§ DIRECTIONS
Repeat precisely the span of lines below that opens with the line containing "#63=EDGE_CURVE('',#24,#56,#62,.T.);" and closes with the line containing "#84=VERTEX_POINT('',#83);", both included.

━━━━━━━━

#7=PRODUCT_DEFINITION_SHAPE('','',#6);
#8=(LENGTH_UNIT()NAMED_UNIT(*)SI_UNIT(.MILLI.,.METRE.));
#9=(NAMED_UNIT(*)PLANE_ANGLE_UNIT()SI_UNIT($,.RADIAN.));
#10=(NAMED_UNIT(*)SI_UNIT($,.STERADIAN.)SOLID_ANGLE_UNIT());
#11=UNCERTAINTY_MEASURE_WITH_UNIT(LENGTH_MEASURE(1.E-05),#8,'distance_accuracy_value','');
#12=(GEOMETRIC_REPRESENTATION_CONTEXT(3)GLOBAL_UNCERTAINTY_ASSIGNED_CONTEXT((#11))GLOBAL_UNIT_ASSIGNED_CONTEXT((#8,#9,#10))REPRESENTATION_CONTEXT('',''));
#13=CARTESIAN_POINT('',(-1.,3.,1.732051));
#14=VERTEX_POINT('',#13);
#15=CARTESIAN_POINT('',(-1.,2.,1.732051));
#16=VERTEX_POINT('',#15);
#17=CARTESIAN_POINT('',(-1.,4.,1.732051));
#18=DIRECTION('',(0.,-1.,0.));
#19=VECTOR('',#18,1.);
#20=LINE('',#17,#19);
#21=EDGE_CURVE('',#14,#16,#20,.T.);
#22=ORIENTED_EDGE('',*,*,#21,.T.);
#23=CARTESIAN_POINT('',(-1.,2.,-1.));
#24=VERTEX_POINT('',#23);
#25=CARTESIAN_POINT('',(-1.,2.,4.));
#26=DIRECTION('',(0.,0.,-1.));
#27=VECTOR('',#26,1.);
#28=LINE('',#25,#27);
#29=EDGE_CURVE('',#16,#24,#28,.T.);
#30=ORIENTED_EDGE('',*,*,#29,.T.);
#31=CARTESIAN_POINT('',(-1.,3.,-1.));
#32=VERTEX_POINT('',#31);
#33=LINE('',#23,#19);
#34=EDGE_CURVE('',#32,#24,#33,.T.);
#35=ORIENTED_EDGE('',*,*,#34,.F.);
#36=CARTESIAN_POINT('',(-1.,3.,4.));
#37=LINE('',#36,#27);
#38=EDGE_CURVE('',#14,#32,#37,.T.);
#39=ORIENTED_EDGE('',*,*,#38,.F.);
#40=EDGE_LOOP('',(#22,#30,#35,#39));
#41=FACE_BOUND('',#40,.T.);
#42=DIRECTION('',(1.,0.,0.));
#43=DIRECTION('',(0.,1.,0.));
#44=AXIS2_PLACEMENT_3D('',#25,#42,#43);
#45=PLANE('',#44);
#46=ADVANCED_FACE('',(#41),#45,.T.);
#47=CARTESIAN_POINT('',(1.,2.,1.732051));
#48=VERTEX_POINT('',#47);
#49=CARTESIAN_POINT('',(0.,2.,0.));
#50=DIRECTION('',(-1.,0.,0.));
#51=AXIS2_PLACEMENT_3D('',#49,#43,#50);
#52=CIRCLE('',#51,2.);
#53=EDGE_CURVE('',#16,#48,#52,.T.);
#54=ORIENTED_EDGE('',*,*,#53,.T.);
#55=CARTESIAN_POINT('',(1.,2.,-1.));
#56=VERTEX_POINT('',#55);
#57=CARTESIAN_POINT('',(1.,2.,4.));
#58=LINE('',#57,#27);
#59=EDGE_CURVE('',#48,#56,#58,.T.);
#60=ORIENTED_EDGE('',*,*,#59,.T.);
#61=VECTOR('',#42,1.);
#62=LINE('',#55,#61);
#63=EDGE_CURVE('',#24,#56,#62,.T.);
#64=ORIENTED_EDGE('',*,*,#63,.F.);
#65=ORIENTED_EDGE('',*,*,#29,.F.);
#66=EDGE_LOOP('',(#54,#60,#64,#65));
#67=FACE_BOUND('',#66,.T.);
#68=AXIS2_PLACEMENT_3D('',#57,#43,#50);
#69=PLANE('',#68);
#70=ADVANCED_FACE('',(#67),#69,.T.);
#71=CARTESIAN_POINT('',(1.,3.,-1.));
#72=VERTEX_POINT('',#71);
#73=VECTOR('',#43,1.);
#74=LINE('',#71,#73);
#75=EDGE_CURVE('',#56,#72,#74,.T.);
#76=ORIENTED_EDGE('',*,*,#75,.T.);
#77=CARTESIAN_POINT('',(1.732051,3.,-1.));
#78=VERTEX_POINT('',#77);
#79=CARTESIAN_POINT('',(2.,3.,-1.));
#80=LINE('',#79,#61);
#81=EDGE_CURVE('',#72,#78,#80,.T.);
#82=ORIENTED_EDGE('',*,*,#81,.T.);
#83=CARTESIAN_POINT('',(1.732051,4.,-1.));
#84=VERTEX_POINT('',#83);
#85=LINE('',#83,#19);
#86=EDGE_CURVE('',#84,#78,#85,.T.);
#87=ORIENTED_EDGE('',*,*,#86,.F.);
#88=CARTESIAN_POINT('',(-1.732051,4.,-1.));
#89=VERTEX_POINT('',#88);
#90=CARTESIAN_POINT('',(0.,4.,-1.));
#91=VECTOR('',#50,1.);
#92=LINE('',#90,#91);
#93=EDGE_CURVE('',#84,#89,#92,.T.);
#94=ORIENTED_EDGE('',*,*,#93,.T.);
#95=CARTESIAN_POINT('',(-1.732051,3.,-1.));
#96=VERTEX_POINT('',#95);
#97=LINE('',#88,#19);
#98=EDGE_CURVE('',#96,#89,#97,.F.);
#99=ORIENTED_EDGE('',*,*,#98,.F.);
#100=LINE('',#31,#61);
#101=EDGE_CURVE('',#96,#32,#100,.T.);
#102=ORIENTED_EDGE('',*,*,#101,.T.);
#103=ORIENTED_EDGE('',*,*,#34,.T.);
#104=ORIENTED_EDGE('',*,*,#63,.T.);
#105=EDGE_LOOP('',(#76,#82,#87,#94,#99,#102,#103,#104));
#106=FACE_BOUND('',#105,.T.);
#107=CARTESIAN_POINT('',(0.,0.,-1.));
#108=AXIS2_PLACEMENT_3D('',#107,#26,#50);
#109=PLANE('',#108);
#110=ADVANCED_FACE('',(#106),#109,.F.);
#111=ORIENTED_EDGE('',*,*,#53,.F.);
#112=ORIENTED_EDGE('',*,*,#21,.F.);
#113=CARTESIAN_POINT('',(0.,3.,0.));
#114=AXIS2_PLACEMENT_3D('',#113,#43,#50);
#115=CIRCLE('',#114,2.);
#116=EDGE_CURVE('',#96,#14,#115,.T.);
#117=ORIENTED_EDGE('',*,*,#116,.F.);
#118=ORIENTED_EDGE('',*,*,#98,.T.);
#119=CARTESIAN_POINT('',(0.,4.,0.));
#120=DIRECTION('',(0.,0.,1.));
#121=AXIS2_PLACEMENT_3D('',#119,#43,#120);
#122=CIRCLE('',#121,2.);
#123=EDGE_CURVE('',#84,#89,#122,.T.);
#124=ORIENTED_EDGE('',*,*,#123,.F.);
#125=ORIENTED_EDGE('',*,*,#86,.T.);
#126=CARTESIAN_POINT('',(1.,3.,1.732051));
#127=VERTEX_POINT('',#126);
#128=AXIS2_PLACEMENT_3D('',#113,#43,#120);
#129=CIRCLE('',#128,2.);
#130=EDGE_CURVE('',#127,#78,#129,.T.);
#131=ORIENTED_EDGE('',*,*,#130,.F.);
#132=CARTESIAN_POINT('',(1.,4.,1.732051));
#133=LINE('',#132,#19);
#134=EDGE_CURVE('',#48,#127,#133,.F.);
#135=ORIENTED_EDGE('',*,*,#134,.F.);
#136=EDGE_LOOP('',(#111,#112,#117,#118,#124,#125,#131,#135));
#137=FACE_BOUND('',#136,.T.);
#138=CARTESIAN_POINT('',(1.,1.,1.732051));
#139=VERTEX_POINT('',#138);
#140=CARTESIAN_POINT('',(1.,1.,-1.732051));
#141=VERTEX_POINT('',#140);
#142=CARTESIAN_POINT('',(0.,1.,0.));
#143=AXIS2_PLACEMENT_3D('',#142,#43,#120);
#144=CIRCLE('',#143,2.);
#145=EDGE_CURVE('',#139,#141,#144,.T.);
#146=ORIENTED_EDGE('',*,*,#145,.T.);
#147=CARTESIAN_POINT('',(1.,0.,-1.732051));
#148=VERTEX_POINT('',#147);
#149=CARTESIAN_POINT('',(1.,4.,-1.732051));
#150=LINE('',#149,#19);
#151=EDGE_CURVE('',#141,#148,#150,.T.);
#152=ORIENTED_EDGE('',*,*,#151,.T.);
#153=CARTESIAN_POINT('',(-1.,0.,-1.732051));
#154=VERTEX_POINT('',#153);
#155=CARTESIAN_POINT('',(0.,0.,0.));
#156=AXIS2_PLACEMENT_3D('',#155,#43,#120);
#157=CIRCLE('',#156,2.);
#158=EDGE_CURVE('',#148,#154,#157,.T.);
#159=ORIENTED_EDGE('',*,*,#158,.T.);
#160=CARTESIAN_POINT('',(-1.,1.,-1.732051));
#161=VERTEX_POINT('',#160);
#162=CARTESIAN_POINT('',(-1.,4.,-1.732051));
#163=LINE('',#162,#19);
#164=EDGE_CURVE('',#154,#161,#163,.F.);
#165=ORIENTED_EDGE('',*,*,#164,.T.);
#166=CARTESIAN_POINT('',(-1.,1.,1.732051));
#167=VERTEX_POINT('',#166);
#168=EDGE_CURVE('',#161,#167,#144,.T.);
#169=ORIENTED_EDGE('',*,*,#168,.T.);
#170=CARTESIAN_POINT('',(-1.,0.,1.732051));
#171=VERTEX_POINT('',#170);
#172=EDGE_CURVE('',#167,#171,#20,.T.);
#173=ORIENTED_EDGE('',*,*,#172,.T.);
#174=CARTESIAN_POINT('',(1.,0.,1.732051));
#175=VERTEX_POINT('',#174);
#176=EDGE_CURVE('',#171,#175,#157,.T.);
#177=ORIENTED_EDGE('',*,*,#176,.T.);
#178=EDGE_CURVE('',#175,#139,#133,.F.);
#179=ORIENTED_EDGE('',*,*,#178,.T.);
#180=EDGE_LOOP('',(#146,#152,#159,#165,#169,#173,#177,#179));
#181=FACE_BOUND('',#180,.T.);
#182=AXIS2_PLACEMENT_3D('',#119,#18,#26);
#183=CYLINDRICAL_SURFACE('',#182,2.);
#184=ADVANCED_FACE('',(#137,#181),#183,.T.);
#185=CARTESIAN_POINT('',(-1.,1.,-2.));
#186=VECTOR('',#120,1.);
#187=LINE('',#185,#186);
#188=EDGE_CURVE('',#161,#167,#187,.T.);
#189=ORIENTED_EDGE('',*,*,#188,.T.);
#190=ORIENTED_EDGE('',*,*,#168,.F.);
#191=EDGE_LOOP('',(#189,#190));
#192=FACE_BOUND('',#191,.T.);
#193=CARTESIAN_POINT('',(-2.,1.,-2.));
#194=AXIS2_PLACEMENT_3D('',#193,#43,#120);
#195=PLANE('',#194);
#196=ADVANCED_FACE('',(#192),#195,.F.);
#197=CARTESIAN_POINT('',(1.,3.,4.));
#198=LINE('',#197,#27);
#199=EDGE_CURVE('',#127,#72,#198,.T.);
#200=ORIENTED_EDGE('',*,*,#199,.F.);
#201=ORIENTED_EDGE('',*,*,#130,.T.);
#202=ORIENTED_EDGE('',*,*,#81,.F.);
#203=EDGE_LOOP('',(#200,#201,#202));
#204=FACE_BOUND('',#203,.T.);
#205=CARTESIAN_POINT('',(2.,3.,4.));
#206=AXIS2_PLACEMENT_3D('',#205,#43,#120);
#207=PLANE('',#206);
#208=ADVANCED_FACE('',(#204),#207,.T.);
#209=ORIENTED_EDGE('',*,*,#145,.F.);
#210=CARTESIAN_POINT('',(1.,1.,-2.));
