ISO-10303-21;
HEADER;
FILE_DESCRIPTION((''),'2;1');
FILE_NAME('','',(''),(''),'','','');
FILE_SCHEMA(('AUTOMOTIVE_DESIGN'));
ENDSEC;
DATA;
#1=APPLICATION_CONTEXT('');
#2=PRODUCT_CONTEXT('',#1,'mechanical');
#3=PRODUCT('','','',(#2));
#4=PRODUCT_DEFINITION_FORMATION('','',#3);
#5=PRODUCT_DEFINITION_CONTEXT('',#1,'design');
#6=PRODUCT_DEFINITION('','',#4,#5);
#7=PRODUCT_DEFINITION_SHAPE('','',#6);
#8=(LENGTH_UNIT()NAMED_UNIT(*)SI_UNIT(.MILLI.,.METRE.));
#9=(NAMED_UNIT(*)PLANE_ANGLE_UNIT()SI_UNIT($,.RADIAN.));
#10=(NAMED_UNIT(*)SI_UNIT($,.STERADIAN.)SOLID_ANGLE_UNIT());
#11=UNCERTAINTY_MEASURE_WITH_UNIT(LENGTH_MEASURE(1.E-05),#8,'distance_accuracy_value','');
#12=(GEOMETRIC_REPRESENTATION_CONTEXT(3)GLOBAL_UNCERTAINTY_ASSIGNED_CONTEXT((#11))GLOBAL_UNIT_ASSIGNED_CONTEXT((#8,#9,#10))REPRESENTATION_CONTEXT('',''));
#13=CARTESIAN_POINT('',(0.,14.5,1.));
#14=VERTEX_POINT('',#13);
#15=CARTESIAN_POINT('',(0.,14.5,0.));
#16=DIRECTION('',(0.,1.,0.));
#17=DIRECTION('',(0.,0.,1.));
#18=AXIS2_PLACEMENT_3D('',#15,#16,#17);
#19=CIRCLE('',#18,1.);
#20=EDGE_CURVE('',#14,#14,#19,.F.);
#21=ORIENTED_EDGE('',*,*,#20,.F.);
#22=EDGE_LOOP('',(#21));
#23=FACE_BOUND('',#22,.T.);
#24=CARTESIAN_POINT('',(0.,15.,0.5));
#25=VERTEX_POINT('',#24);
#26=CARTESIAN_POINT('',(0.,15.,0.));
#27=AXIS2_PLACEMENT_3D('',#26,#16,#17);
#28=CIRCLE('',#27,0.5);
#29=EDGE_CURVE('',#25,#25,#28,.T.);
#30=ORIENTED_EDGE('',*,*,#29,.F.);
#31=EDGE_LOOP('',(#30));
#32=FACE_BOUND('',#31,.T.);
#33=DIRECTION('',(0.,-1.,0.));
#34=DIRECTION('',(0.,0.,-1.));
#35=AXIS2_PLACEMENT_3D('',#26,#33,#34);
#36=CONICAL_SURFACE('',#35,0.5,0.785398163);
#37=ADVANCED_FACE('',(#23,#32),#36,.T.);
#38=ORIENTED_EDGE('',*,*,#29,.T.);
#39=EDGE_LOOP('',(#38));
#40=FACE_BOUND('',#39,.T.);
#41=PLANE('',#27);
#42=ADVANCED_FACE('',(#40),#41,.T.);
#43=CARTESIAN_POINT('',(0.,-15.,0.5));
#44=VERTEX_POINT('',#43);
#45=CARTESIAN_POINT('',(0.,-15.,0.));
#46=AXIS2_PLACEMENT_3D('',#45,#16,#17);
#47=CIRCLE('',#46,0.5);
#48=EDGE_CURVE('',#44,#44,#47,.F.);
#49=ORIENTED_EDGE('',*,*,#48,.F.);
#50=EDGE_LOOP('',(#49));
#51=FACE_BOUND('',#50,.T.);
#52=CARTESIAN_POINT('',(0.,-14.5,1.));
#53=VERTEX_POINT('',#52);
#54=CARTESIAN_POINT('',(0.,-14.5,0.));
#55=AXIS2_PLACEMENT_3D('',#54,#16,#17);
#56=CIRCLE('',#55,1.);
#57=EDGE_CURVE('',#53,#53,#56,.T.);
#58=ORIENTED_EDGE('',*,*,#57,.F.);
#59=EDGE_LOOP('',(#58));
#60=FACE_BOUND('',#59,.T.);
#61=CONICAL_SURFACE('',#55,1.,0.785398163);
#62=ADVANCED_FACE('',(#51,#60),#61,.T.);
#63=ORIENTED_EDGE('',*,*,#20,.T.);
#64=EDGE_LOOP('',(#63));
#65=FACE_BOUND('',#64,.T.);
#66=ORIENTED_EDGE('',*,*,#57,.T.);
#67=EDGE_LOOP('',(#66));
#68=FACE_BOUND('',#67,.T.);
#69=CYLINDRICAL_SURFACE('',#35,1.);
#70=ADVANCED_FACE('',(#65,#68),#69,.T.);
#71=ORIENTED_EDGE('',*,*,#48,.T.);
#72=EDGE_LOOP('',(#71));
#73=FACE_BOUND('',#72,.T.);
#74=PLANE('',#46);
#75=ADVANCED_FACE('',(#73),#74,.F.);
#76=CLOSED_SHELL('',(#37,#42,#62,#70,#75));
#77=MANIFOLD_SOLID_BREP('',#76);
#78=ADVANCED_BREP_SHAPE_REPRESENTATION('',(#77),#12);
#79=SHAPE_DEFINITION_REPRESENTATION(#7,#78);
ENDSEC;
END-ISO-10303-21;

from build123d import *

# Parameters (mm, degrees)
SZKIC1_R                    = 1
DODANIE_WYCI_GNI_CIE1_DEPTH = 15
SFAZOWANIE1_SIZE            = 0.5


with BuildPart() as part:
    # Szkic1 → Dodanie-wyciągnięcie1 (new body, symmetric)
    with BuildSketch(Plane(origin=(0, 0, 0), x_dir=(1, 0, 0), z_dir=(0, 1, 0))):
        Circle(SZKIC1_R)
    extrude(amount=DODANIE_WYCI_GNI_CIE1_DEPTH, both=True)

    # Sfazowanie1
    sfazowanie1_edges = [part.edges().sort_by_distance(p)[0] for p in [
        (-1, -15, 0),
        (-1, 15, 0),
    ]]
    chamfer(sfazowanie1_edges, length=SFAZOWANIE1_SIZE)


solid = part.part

━━━━━━━━

§ RESPONSE BOX
#63=EDGE_CURVE('',#24,#56,#62,.T.);
#64=ORIENTED_EDGE('',*,*,#63,.F.);
#65=ORIENTED_EDGE('',*,*,#29,.F.);
#66=EDGE_LOOP('',(#54,#60,#64,#65));
#67=FACE_BOUND('',#66,.T.);
#68=AXIS2_PLACEMENT_3D('',#57,#43,#50);
#69=PLANE('',#68);
#70=ADVANCED_FACE('',(#67),#69,.T.);
#71=CARTESIAN_POINT('',(1.,3.,-1.));
#72=VERTEX_POINT('',#71);
#73=VECTOR('',#43,1.);
#74=LINE('',#71,#73);
#75=EDGE_CURVE('',#56,#72,#74,.T.);
#76=ORIENTED_EDGE('',*,*,#75,.T.);
#77=CARTESIAN_POINT('',(1.732051,3.,-1.));
#78=VERTEX_POINT('',#77);
#79=CARTESIAN_POINT('',(2.,3.,-1.));
#80=LINE('',#79,#61);
#81=EDGE_CURVE('',#72,#78,#80,.T.);
#82=ORIENTED_EDGE('',*,*,#81,.T.);
#83=CARTESIAN_POINT('',(1.732051,4.,-1.));
#84=VERTEX_POINT('',#83);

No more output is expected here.